Brief:
Work through the data and report how many lines include the string "chamfer", giving the number alone.

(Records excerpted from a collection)
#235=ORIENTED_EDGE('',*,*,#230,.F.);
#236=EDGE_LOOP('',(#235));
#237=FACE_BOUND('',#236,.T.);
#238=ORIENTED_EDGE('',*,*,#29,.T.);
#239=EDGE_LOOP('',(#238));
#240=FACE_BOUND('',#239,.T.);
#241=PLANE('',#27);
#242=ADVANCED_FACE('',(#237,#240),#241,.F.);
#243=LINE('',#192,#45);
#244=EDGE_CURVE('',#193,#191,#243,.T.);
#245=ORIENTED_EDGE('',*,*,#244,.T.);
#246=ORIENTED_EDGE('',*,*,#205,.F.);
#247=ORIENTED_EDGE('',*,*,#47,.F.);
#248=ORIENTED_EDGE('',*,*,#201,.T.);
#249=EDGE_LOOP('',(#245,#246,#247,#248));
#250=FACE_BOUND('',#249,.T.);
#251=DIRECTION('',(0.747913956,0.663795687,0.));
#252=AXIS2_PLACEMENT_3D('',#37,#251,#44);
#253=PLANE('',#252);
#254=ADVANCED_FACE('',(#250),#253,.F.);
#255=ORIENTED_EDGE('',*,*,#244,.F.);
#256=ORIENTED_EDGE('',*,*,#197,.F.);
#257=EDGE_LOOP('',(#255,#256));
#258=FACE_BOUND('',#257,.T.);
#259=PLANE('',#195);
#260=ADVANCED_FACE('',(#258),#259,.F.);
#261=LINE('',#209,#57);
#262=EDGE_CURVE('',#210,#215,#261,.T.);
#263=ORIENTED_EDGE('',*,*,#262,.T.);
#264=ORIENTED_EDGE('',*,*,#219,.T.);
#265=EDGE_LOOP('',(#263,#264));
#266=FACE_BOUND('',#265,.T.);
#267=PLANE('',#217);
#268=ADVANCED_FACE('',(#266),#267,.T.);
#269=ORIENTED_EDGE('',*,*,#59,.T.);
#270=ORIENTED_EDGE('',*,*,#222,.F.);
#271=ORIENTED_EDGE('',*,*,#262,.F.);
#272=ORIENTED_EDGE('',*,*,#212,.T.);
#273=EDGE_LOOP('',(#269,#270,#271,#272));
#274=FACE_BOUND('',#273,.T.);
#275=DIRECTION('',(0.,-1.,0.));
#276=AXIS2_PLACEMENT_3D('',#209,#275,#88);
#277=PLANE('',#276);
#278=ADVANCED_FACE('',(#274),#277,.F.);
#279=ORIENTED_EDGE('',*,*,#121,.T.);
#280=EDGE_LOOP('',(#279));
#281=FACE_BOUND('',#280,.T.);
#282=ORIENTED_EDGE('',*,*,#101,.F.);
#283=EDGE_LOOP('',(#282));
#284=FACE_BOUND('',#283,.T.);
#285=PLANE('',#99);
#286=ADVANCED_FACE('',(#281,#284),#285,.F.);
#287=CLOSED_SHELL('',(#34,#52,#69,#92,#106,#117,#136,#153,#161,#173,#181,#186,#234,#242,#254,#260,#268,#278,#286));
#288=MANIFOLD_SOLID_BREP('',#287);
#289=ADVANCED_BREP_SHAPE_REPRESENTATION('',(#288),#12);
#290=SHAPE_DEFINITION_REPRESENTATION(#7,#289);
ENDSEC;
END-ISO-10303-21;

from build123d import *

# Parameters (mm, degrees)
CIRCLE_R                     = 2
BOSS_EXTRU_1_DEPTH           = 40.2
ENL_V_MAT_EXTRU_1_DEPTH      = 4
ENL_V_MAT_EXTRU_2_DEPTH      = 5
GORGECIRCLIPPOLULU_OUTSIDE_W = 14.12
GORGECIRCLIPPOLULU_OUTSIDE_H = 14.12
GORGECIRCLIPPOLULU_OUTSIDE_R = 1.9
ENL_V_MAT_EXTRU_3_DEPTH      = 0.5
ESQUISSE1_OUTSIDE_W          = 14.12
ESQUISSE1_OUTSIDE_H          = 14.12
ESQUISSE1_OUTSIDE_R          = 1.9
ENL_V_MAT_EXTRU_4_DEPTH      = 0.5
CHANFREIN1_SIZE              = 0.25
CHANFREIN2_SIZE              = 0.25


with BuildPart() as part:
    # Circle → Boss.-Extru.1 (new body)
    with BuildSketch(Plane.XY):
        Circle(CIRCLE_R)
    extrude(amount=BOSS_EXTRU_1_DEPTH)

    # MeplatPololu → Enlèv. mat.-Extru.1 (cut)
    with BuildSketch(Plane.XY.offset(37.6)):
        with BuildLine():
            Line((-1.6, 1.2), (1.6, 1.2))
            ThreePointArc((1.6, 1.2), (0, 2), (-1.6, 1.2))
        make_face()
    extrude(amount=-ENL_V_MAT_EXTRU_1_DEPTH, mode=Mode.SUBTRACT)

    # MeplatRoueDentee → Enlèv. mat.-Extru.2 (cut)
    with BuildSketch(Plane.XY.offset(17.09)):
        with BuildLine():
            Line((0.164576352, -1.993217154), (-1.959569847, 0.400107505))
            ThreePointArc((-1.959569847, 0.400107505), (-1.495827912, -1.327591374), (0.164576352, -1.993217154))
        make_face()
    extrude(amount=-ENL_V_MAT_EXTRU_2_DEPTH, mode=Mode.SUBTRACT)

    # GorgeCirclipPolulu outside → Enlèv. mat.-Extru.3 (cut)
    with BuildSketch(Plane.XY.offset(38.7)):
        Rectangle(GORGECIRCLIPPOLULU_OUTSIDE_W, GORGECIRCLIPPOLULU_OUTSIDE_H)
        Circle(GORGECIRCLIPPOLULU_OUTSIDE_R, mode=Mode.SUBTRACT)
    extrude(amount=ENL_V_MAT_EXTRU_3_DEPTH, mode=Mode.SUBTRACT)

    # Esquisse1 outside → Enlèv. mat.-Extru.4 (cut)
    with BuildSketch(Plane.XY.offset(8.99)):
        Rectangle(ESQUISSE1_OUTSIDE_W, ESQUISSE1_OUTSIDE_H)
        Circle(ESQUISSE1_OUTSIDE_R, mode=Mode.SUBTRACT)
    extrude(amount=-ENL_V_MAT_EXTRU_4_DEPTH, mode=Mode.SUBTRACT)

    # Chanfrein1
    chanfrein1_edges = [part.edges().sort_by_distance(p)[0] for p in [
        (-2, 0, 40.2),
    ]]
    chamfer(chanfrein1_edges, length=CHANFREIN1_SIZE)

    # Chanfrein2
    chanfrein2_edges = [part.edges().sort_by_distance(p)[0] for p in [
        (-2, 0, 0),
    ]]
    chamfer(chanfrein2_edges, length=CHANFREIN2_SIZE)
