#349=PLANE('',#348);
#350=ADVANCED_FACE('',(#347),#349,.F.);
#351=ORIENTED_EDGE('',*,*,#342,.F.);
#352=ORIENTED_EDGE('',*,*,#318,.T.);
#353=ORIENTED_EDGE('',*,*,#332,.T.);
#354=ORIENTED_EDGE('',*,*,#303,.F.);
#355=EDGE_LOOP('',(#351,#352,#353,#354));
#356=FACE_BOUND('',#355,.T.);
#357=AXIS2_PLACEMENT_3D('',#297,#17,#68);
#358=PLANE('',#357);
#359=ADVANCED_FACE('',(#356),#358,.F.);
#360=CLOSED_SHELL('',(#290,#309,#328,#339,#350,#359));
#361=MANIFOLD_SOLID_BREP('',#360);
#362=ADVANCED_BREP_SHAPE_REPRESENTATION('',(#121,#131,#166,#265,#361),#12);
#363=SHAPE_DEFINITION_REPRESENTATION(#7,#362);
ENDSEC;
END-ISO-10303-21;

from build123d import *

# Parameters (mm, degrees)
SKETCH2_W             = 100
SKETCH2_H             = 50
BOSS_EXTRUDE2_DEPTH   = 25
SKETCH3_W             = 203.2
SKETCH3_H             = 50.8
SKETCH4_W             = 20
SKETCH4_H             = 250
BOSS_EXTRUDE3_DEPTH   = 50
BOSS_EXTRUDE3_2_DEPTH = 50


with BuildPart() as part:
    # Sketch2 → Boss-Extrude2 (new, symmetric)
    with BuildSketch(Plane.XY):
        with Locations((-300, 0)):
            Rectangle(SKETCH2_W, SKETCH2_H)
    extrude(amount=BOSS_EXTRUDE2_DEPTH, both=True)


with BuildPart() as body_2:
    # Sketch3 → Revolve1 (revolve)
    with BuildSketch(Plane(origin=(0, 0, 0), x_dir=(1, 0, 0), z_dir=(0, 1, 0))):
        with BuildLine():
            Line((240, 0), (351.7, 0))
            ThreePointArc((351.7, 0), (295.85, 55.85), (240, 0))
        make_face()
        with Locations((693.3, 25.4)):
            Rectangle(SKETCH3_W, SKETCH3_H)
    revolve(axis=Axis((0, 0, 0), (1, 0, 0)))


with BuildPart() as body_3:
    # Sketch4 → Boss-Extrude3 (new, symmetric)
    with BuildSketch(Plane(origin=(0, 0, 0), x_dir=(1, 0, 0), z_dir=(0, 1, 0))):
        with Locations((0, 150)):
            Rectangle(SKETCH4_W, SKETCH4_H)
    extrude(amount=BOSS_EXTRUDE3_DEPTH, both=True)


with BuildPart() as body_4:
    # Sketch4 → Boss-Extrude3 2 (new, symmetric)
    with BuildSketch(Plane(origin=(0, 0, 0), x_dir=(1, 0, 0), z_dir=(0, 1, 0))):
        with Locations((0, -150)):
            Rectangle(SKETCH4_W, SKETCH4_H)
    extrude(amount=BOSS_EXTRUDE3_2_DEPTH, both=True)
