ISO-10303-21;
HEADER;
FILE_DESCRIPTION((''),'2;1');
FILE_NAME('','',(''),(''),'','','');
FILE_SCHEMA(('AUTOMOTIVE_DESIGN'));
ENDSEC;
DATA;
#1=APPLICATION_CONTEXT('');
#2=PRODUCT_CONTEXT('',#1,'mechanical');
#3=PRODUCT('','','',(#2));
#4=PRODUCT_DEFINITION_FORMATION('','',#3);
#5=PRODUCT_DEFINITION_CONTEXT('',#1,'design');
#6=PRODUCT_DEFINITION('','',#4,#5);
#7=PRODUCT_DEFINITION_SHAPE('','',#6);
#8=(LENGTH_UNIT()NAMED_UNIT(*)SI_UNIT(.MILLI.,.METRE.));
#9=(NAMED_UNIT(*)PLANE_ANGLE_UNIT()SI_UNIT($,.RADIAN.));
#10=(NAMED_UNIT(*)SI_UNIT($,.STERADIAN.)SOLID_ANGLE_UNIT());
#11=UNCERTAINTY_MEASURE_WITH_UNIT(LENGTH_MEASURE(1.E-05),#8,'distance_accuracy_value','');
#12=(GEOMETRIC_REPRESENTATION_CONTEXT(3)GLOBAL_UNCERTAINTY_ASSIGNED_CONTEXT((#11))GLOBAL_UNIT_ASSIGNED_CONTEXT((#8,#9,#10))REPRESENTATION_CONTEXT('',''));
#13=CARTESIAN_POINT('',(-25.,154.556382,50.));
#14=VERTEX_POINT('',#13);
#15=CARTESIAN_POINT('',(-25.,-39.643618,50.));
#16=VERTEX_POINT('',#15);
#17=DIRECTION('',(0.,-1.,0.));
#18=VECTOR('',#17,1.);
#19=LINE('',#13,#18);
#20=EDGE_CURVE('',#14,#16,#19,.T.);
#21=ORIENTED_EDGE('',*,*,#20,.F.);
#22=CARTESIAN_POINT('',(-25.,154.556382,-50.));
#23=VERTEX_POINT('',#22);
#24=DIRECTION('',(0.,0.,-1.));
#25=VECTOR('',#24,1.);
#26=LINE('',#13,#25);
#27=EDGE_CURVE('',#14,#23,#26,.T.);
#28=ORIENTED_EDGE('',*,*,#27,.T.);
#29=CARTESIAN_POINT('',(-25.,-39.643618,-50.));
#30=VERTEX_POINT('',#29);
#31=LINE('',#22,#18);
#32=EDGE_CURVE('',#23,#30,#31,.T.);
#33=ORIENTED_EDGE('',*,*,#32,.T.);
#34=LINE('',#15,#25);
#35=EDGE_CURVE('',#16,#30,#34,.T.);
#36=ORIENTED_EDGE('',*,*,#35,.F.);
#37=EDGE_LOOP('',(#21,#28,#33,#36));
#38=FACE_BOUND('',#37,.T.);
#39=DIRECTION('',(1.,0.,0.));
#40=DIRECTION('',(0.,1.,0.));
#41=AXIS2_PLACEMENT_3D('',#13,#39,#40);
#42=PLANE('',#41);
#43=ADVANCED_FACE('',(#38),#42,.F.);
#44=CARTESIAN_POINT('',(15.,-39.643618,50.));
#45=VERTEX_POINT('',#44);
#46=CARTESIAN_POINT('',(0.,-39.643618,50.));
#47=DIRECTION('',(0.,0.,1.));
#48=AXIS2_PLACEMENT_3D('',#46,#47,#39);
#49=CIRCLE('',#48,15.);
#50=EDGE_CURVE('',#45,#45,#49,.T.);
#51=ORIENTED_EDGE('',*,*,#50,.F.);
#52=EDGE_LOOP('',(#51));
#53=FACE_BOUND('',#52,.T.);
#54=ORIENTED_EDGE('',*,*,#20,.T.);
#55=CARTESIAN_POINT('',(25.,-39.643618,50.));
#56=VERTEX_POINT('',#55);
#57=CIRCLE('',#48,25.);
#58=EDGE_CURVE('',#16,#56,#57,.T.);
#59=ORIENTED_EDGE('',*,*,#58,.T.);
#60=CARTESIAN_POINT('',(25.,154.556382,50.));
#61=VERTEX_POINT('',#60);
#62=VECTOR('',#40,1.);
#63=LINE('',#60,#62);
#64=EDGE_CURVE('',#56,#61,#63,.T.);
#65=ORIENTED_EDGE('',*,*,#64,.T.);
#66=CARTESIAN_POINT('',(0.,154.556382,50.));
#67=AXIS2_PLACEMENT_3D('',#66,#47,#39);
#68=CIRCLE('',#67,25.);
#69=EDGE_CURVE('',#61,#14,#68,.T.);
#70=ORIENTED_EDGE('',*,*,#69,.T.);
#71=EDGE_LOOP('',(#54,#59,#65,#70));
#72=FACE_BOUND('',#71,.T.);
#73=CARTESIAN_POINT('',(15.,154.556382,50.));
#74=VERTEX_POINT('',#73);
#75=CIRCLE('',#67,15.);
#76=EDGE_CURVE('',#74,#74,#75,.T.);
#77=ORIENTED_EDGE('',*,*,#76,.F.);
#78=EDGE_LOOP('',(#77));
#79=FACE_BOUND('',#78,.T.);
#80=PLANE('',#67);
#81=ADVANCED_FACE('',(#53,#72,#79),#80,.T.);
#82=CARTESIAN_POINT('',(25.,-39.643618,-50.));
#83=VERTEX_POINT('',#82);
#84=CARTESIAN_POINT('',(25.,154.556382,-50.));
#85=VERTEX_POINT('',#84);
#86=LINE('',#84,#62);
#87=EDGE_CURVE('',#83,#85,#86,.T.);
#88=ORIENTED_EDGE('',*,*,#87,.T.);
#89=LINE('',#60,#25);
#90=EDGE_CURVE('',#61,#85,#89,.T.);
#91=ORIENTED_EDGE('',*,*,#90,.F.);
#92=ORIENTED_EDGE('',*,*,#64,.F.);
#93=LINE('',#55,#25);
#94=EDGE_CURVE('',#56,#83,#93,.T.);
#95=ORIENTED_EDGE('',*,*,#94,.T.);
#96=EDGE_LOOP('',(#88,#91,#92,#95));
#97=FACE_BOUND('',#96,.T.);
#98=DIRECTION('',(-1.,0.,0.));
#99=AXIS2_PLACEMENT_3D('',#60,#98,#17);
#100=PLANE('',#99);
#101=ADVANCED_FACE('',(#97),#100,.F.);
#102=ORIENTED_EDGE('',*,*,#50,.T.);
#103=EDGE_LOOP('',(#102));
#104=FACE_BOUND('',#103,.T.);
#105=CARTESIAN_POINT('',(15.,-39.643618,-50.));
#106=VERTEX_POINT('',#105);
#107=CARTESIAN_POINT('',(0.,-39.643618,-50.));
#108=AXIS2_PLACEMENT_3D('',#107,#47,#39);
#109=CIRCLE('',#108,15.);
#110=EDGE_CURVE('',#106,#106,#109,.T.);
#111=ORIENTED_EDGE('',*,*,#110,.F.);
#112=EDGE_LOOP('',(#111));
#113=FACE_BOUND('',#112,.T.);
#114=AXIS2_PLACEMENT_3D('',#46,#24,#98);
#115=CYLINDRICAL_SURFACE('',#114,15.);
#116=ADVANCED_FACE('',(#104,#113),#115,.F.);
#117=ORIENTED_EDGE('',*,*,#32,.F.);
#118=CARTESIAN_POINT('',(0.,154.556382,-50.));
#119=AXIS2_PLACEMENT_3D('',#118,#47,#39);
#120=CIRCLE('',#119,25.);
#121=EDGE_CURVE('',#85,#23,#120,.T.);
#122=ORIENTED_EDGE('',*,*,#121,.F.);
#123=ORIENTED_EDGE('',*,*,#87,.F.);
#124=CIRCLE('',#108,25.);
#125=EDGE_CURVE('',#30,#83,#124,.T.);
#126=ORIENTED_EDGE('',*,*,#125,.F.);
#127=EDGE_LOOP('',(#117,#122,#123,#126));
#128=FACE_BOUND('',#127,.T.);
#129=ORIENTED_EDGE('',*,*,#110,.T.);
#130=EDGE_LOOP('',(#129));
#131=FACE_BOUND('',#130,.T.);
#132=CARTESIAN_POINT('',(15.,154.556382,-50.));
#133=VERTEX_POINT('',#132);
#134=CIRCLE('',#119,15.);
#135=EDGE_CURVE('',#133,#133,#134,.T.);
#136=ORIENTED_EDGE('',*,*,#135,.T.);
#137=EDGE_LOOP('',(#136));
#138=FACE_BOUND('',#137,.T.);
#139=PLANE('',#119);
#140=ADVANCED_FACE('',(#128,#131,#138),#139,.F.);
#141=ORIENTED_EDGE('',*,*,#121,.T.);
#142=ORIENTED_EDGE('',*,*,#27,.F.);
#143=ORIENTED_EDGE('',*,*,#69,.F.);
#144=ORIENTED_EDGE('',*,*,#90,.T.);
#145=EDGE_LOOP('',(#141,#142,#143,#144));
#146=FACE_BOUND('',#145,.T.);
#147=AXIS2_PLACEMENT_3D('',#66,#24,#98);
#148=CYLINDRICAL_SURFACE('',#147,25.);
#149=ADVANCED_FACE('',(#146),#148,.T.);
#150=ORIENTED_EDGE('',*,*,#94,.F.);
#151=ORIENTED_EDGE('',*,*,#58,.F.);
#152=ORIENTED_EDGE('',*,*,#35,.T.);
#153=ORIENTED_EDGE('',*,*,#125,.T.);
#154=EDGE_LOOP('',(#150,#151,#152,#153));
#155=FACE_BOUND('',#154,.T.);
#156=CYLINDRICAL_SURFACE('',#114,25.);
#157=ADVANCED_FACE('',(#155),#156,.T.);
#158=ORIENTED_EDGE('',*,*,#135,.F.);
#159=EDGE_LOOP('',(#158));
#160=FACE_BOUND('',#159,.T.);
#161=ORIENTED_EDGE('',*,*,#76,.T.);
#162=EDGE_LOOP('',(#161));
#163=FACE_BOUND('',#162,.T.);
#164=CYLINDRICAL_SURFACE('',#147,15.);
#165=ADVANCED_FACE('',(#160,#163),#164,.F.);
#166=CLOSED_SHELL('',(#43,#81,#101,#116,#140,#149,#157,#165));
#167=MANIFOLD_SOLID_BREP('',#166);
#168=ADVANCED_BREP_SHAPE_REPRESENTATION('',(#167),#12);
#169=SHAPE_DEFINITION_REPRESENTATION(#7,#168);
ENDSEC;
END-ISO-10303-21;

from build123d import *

# Parameters (mm, degrees)
SCHIZZO2_R                   = 15
ESTRUSIONE_ESTRUSIONE1_DEPTH = 50


with BuildPart() as part:
    # Schizzo2 → Estrusione-Estrusione1 (new, symmetric)
    with BuildSketch(Plane.XY):
        with BuildLine():
            Line((25, 154.556382451), (25, -39.643617549))
            ThreePointArc((25, -39.643617549), (0, -64.643617549), (-25, -39.643617549))
            Line((-25, -39.643617549), (-25, 154.556382451))
            ThreePointArc((-25, 154.556382451), (0, 179.556382451), (25, 154.556382451))
        make_face()
        with Locations((0, 154.556382451)):
            Circle(SCHIZZO2_R, mode=Mode.SUBTRACT)
        with Locations((0, -39.643617549)):
            Circle(SCHIZZO2_R, mode=Mode.SUBTRACT)
    extrude(amount=ESTRUSIONE_ESTRUSIONE1_DEPTH, both=True)


solid = part.part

Solved problem:
2